RECORD EXTRACTS START
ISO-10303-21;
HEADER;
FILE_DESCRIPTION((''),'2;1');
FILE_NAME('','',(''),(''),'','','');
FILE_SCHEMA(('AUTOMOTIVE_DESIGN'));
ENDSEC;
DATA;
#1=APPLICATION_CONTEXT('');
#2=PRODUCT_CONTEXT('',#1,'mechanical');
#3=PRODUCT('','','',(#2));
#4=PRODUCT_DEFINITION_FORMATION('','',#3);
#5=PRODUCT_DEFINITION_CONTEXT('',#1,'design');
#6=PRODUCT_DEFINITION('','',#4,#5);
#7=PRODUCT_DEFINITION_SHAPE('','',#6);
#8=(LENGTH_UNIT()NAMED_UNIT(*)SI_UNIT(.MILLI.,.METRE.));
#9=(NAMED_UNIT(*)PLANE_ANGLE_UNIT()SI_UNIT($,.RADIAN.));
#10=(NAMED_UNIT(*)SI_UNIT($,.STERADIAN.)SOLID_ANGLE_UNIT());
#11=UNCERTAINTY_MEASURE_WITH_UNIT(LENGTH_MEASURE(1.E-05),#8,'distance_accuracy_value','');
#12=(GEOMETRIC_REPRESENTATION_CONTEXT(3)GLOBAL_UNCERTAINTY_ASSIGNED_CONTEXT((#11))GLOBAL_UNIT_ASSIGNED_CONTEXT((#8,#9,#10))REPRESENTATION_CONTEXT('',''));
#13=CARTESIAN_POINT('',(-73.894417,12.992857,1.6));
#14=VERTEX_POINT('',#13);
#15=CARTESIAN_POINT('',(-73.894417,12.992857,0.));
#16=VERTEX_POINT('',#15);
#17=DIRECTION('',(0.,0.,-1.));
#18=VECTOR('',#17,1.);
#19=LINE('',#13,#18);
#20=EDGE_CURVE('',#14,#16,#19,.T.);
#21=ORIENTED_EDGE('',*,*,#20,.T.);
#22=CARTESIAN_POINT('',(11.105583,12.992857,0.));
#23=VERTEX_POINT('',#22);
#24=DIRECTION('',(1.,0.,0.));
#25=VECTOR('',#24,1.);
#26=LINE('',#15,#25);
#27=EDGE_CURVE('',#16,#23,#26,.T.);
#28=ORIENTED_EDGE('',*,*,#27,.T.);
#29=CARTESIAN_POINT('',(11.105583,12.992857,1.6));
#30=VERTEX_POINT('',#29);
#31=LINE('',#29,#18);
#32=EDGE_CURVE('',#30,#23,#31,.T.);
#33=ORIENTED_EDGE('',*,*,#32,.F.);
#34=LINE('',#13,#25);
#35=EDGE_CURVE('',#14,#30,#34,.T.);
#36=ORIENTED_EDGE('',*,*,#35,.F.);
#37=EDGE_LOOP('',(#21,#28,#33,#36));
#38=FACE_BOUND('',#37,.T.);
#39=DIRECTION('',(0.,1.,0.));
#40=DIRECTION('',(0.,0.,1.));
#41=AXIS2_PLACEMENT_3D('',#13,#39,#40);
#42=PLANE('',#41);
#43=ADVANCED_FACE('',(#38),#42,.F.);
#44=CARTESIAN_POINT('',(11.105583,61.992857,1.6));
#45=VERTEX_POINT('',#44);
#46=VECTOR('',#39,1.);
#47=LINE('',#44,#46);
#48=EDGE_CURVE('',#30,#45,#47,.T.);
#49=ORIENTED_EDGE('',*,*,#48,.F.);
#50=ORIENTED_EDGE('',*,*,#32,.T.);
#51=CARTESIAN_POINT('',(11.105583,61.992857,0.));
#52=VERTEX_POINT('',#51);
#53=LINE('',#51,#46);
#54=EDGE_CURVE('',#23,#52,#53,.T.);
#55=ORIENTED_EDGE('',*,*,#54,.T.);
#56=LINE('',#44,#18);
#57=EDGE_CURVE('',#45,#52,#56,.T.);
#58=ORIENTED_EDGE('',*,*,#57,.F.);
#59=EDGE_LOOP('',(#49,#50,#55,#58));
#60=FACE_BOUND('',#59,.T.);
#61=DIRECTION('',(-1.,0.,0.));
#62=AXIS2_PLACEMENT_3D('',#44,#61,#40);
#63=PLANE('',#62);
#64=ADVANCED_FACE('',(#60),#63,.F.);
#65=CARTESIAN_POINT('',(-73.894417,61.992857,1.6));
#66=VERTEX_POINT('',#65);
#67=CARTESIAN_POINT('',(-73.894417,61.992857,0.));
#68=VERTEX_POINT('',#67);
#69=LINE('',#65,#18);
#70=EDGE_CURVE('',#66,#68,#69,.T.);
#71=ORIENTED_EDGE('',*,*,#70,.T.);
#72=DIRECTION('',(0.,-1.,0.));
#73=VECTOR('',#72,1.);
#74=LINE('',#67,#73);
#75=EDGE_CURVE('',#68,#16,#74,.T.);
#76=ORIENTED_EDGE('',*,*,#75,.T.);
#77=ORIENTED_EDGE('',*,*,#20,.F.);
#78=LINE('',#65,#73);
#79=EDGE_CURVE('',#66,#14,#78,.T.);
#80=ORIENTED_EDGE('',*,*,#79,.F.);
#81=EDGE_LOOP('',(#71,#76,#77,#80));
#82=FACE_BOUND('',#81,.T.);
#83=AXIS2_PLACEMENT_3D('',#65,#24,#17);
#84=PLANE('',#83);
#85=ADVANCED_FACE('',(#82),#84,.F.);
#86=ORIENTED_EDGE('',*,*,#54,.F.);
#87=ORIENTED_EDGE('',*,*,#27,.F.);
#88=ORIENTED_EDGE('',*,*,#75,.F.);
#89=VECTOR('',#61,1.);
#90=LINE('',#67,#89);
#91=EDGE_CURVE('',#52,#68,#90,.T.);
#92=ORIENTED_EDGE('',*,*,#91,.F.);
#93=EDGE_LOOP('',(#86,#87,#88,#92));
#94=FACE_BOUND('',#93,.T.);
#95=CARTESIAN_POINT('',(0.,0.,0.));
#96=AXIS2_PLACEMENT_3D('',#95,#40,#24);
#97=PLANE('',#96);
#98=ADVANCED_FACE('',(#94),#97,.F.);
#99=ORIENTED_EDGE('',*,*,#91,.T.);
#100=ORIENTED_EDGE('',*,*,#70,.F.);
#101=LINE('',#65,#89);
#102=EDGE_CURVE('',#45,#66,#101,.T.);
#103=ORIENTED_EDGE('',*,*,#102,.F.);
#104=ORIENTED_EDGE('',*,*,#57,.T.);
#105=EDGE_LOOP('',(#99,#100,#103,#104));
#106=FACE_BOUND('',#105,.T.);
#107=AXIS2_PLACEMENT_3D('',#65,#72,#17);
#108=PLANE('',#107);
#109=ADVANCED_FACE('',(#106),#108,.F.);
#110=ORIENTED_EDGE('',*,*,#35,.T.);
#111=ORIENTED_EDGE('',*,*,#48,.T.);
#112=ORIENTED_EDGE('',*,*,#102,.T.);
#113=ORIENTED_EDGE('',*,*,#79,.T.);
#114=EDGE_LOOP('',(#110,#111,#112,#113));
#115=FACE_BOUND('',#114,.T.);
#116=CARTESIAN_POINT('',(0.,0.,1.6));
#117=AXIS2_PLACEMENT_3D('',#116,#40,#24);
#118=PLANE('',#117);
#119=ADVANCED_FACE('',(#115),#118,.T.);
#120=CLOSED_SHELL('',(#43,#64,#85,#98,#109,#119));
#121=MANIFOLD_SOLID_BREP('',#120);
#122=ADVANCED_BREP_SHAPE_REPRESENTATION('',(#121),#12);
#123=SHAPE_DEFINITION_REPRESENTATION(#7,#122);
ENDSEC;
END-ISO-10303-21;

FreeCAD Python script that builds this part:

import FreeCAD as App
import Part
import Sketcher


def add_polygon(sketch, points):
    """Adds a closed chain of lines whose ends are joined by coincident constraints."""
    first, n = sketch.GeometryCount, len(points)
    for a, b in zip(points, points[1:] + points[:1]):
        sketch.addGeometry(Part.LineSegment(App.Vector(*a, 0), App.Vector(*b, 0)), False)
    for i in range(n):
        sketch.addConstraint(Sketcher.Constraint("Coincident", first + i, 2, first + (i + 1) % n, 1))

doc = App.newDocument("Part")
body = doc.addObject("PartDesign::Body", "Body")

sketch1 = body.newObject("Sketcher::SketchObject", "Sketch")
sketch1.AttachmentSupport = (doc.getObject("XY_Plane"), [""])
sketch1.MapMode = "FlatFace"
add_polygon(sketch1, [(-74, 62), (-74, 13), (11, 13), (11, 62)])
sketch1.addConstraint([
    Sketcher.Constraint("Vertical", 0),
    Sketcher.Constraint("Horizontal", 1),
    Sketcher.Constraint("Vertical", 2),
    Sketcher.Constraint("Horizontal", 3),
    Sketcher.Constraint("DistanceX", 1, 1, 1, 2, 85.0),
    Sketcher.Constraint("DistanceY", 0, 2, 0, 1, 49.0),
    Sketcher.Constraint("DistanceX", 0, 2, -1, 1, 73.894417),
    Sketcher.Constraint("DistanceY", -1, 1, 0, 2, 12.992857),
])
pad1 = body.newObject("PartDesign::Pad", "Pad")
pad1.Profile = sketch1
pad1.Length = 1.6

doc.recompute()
RECORD EXTRACTS END
RECORD EXTRACTS START
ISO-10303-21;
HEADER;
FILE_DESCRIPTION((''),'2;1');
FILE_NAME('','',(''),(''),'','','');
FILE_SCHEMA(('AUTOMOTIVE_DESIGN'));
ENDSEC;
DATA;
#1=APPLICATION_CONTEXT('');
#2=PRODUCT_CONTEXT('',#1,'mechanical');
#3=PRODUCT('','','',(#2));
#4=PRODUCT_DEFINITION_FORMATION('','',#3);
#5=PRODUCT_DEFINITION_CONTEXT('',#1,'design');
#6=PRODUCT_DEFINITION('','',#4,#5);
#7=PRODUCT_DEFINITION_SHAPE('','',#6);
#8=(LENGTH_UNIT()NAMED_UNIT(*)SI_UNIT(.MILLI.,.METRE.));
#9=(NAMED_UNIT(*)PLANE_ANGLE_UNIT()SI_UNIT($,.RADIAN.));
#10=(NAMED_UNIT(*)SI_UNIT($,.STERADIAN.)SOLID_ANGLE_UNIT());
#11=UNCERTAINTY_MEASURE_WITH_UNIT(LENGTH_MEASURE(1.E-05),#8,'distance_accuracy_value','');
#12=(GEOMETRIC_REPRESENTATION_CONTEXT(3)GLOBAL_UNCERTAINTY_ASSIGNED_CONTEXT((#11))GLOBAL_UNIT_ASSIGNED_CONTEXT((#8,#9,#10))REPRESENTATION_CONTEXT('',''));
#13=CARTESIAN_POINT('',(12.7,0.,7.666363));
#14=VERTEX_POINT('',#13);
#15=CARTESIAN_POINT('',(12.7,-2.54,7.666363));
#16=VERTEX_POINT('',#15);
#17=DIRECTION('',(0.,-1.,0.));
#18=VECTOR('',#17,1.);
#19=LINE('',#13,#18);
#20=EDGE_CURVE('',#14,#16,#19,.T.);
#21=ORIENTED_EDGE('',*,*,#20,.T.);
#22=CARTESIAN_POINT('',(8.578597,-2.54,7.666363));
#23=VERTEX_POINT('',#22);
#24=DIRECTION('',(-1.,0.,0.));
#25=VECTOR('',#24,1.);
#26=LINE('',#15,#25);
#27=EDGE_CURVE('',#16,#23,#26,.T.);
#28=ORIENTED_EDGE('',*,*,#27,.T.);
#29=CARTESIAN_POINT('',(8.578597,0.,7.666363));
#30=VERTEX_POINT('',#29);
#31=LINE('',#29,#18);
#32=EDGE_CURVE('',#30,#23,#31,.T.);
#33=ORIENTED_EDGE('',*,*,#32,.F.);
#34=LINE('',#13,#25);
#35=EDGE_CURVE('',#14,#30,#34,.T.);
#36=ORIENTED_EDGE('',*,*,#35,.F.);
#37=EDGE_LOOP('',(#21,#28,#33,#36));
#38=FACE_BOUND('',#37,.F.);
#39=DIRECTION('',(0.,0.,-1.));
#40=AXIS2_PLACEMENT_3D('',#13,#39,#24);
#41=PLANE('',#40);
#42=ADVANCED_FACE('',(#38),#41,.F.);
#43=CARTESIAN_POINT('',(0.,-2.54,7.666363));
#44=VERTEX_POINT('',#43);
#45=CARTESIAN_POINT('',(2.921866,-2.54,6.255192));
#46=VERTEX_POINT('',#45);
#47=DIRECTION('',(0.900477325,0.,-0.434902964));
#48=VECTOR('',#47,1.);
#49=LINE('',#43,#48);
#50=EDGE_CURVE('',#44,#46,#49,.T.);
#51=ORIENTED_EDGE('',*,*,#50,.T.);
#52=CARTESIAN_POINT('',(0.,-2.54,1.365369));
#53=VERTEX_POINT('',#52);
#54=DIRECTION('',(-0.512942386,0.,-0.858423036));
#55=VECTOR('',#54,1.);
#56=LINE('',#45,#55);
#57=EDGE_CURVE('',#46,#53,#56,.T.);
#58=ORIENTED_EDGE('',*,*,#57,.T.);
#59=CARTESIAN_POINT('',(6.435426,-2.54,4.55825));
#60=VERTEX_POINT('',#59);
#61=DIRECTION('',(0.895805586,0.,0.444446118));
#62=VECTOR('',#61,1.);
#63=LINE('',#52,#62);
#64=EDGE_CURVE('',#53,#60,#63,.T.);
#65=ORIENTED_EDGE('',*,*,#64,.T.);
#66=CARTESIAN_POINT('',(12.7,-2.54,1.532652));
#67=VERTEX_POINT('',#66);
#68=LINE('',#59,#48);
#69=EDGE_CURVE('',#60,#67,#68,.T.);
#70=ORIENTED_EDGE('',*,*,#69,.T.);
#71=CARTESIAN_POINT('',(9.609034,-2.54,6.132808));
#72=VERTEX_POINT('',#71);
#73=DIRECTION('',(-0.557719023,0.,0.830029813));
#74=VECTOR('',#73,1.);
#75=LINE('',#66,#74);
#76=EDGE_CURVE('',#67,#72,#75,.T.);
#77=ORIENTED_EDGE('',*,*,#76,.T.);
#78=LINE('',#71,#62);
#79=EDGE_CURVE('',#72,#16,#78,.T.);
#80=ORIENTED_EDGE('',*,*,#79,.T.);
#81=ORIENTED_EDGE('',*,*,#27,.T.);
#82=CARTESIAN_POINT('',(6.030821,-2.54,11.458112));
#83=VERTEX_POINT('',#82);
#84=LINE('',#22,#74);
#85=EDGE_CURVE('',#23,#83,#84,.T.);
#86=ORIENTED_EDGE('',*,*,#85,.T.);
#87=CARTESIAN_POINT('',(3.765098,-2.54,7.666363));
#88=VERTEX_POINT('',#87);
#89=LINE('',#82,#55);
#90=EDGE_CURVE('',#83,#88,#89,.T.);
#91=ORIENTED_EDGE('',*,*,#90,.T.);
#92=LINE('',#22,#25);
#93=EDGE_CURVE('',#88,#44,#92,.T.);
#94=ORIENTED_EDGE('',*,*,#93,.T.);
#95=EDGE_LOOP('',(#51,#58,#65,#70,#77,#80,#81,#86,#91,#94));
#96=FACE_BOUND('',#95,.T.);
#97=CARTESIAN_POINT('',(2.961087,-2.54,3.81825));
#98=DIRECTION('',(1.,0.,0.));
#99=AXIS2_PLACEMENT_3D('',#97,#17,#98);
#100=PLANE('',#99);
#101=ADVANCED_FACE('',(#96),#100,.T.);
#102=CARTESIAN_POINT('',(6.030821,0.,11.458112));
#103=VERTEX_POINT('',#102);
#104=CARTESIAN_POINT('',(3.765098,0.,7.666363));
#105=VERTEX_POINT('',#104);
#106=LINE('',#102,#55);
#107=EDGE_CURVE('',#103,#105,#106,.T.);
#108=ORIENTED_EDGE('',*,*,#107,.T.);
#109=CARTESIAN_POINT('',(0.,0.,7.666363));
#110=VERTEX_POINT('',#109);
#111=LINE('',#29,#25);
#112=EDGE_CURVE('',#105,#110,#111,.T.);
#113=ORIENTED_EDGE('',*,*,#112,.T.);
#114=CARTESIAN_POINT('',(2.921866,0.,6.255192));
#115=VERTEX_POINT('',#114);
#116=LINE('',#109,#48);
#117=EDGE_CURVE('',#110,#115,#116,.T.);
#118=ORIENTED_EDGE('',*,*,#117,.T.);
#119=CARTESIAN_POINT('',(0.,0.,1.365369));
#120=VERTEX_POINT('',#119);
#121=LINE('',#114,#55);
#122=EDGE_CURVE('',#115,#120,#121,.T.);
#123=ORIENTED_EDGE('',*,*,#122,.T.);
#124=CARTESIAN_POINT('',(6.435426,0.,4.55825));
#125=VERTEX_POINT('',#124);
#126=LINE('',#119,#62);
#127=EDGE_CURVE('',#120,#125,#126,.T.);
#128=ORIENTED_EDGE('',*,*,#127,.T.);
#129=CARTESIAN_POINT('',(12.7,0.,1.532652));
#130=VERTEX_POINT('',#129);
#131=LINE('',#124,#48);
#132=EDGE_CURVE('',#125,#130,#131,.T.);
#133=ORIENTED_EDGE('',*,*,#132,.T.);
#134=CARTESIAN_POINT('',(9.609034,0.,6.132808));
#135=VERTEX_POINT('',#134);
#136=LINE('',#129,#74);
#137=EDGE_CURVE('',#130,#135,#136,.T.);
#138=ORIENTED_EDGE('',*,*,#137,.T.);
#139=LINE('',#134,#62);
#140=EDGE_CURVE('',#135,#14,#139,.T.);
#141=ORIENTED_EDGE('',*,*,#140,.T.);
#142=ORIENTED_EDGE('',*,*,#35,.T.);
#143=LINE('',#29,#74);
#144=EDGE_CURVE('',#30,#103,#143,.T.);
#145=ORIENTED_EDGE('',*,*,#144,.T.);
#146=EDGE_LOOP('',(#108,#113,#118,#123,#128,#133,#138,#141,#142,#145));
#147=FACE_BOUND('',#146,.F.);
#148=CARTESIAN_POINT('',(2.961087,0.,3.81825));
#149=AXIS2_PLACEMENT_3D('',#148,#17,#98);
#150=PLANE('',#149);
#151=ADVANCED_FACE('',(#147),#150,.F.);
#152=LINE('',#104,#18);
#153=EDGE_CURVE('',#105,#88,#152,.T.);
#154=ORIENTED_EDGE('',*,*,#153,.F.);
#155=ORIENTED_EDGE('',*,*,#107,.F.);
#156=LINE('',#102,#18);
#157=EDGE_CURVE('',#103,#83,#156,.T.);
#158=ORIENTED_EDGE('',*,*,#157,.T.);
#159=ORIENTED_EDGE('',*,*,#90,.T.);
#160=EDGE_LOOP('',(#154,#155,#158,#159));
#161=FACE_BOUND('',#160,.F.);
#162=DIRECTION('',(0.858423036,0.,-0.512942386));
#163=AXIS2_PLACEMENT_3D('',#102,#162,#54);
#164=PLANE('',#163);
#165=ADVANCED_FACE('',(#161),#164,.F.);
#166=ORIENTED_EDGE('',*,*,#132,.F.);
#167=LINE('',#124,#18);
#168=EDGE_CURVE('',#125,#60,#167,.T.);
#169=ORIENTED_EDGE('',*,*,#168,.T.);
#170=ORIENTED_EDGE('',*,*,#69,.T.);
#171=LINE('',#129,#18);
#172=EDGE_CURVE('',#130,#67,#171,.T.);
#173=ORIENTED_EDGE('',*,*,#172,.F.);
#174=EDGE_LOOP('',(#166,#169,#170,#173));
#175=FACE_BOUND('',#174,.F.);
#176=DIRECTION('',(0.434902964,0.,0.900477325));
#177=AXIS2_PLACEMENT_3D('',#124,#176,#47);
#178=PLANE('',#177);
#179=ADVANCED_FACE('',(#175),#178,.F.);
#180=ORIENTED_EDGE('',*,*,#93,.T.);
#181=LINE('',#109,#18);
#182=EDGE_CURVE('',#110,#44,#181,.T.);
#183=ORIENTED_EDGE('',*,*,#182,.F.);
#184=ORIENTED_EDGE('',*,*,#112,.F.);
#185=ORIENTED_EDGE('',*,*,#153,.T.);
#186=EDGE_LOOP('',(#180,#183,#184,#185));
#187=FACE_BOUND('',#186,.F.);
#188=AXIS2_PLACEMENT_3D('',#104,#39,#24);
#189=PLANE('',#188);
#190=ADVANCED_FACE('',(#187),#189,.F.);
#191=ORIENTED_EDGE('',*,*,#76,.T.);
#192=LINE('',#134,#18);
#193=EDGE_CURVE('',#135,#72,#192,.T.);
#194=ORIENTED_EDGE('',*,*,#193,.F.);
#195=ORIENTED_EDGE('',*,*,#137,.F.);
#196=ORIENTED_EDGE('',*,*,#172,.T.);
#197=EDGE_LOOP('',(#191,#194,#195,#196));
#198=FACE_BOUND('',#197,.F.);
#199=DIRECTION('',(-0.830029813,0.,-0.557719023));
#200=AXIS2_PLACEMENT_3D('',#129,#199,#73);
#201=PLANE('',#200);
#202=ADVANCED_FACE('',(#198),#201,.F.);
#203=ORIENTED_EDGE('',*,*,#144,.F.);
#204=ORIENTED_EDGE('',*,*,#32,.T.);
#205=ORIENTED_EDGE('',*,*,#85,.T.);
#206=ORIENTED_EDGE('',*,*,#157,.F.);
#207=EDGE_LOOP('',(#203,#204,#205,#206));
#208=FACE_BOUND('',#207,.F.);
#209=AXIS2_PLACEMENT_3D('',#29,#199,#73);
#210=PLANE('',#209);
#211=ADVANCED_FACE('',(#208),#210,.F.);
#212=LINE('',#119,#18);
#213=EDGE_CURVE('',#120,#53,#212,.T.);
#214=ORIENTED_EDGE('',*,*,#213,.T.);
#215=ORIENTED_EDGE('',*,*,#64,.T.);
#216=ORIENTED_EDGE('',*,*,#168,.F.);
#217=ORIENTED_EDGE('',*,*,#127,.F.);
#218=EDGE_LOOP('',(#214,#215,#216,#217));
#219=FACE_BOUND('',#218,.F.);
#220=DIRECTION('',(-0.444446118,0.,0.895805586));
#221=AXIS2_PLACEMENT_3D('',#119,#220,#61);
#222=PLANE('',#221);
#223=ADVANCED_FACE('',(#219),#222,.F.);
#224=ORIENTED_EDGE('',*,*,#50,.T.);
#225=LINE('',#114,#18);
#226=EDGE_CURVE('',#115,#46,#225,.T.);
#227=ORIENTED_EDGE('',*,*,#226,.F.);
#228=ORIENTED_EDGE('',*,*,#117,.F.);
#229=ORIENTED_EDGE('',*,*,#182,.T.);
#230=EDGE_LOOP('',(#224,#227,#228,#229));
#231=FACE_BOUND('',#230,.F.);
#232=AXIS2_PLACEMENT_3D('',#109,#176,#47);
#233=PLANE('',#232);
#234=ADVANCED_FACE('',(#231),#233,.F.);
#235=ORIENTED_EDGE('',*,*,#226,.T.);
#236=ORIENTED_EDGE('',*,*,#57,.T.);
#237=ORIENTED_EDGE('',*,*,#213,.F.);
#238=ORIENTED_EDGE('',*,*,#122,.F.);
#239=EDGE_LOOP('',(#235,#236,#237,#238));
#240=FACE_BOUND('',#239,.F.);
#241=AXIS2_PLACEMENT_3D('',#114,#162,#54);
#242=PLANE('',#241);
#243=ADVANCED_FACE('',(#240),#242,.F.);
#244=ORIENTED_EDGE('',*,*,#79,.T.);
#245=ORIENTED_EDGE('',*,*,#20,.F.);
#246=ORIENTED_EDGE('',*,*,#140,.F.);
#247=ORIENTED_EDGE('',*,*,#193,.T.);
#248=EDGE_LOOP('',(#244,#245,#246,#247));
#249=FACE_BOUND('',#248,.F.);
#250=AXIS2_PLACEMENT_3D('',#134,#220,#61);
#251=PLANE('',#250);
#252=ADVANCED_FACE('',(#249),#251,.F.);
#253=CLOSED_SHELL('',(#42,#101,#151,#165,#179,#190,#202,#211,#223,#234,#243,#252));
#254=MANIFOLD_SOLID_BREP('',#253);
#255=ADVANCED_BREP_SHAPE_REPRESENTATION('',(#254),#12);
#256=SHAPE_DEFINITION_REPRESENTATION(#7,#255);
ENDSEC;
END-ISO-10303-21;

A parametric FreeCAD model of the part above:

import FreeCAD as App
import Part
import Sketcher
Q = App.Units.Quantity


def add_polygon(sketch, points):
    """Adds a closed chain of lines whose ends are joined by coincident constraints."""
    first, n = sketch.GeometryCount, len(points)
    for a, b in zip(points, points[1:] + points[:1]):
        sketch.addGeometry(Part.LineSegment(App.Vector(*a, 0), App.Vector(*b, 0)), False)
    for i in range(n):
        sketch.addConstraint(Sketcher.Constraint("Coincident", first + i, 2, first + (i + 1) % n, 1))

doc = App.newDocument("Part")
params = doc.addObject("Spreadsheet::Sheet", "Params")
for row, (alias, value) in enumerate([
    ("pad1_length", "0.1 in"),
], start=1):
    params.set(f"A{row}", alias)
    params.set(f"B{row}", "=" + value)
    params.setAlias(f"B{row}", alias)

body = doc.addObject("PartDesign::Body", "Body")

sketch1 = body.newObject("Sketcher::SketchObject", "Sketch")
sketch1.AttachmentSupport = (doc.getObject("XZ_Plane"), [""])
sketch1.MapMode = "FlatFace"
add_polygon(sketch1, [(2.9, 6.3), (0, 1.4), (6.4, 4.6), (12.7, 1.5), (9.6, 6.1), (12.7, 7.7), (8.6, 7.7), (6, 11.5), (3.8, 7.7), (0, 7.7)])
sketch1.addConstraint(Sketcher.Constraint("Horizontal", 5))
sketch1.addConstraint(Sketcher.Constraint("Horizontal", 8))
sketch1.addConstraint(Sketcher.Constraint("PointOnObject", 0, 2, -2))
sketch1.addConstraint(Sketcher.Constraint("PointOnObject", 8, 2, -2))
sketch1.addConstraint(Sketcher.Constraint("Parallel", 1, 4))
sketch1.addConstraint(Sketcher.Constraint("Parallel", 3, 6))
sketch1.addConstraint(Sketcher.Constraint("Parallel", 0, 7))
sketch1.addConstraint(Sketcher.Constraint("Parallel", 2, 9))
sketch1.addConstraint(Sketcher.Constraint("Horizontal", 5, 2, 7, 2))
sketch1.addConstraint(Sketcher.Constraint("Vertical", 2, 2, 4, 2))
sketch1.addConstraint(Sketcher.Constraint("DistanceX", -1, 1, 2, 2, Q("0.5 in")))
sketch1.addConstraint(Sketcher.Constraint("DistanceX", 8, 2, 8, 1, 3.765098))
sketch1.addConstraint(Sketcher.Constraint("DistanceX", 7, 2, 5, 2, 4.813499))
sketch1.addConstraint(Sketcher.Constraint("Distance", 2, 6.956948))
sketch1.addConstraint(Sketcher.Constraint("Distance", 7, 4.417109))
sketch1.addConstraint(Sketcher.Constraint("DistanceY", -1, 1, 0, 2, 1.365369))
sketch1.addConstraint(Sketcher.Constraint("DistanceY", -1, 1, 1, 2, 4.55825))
RECORD EXTRACTS END
Only one stretch of the data above is needed. Restate it word for word, from the line containing "#46=VERTEX_POINT('',#45);" through the line containing "#103=VERTEX_POINT('',#102);", both ends included.

◆ SOLUTION TO THIS TASK:
#46=VERTEX_POINT('',#45);
#47=DIRECTION('',(0.900477325,0.,-0.434902964));
#48=VECTOR('',#47,1.);
#49=LINE('',#43,#48);
#50=EDGE_CURVE('',#44,#46,#49,.T.);
#51=ORIENTED_EDGE('',*,*,#50,.T.);
#52=CARTESIAN_POINT('',(0.,-2.54,1.365369));
#53=VERTEX_POINT('',#52);
#54=DIRECTION('',(-0.512942386,0.,-0.858423036));
#55=VECTOR('',#54,1.);
#56=LINE('',#45,#55);
#57=EDGE_CURVE('',#46,#53,#56,.T.);
#58=ORIENTED_EDGE('',*,*,#57,.T.);
#59=CARTESIAN_POINT('',(6.435426,-2.54,4.55825));
#60=VERTEX_POINT('',#59);
#61=DIRECTION('',(0.895805586,0.,0.444446118));
#62=VECTOR('',#61,1.);
#63=LINE('',#52,#62);
#64=EDGE_CURVE('',#53,#60,#63,.T.);
#65=ORIENTED_EDGE('',*,*,#64,.T.);
#66=CARTESIAN_POINT('',(12.7,-2.54,1.532652));
#67=VERTEX_POINT('',#66);
#68=LINE('',#59,#48);
#69=EDGE_CURVE('',#60,#67,#68,.T.);
#70=ORIENTED_EDGE('',*,*,#69,.T.);
#71=CARTESIAN_POINT('',(9.609034,-2.54,6.132808));
#72=VERTEX_POINT('',#71);
#73=DIRECTION('',(-0.557719023,0.,0.830029813));
#74=VECTOR('',#73,1.);
#75=LINE('',#66,#74);
#76=EDGE_CURVE('',#67,#72,#75,.T.);
#77=ORIENTED_EDGE('',*,*,#76,.T.);
#78=LINE('',#71,#62);
#79=EDGE_CURVE('',#72,#16,#78,.T.);
#80=ORIENTED_EDGE('',*,*,#79,.T.);
#81=ORIENTED_EDGE('',*,*,#27,.T.);
#82=CARTESIAN_POINT('',(6.030821,-2.54,11.458112));
#83=VERTEX_POINT('',#82);
#84=LINE('',#22,#74);
#85=EDGE_CURVE('',#23,#83,#84,.T.);
#86=ORIENTED_EDGE('',*,*,#85,.T.);
#87=CARTESIAN_POINT('',(3.765098,-2.54,7.666363));
#88=VERTEX_POINT('',#87);
#89=LINE('',#82,#55);
#90=EDGE_CURVE('',#83,#88,#89,.T.);
#91=ORIENTED_EDGE('',*,*,#90,.T.);
#92=LINE('',#22,#25);
#93=EDGE_CURVE('',#88,#44,#92,.T.);
#94=ORIENTED_EDGE('',*,*,#93,.T.);
#95=EDGE_LOOP('',(#51,#58,#65,#70,#77,#80,#81,#86,#91,#94));
#96=FACE_BOUND('',#95,.T.);
#97=CARTESIAN_POINT('',(2.961087,-2.54,3.81825));
#98=DIRECTION('',(1.,0.,0.));
#99=AXIS2_PLACEMENT_3D('',#97,#17,#98);
#100=PLANE('',#99);
#101=ADVANCED_FACE('',(#96),#100,.T.);
#102=CARTESIAN_POINT('',(6.030821,0.,11.458112));
#103=VERTEX_POINT('',#102);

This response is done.